* _WHAT YOU SHOULD DO_:
Determine how many lines in the listing contain the string "with". Only that number goes in the answer.

*** DATA EXTRACT Section Begins ***

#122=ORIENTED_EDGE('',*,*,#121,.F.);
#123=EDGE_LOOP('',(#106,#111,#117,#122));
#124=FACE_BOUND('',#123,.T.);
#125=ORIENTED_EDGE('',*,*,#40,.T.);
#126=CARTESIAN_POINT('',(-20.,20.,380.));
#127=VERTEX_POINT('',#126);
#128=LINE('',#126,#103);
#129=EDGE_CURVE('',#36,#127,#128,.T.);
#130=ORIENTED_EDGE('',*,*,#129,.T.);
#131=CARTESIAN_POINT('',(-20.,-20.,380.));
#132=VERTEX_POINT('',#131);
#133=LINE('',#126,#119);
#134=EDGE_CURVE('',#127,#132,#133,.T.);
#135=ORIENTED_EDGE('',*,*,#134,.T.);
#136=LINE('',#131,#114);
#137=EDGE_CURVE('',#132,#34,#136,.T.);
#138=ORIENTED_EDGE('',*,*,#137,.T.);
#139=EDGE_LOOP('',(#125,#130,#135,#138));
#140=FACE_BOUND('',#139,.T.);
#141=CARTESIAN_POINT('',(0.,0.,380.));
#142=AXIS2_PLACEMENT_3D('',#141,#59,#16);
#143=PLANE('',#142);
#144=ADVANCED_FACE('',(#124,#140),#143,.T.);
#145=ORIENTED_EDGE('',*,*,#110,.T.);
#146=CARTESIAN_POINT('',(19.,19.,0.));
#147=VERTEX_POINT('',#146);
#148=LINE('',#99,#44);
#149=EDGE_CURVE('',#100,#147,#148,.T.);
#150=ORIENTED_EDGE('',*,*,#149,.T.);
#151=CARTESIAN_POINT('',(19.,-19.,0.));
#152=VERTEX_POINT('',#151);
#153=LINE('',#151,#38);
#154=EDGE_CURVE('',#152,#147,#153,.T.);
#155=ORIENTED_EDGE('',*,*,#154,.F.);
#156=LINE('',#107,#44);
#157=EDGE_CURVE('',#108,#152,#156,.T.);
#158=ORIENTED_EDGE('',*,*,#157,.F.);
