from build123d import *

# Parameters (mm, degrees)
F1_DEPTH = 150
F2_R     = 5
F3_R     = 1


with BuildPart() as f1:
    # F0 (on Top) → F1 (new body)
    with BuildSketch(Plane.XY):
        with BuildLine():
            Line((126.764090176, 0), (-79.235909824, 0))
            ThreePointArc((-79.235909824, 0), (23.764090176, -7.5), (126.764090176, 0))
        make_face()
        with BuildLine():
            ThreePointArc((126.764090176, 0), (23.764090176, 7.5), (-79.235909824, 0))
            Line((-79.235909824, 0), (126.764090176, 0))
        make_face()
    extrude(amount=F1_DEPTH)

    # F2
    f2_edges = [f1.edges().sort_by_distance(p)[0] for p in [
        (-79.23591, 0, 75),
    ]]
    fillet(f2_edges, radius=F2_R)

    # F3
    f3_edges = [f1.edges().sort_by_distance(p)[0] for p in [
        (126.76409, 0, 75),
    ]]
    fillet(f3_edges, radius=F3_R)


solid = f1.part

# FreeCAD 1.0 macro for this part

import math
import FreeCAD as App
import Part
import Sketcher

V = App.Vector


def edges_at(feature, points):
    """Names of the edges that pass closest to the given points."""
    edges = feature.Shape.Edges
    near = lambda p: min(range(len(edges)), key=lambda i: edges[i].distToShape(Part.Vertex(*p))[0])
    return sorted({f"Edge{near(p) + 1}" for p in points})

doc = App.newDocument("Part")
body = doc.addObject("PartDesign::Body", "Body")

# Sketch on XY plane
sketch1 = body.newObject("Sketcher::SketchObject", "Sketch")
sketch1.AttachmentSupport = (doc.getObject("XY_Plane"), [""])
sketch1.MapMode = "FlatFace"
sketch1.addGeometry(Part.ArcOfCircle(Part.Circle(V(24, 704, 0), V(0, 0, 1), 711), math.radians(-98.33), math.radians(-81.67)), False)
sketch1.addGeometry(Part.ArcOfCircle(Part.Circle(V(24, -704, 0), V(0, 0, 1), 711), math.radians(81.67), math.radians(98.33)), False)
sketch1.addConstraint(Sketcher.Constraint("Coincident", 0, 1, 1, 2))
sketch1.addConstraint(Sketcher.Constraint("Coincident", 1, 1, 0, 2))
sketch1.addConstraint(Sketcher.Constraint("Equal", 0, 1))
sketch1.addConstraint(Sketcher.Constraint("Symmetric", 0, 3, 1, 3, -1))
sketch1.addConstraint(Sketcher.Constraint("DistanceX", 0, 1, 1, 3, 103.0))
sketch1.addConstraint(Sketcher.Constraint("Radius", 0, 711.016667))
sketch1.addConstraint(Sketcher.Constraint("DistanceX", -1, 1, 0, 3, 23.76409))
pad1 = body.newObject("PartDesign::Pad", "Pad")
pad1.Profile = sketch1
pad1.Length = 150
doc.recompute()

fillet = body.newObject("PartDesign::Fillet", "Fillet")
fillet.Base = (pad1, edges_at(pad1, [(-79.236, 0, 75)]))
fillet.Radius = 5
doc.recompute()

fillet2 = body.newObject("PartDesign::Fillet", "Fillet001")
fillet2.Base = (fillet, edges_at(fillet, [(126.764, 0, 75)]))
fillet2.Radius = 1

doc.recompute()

*** DATA EXTRACT Section Ends ***

* _TASK RESPONSE_:
4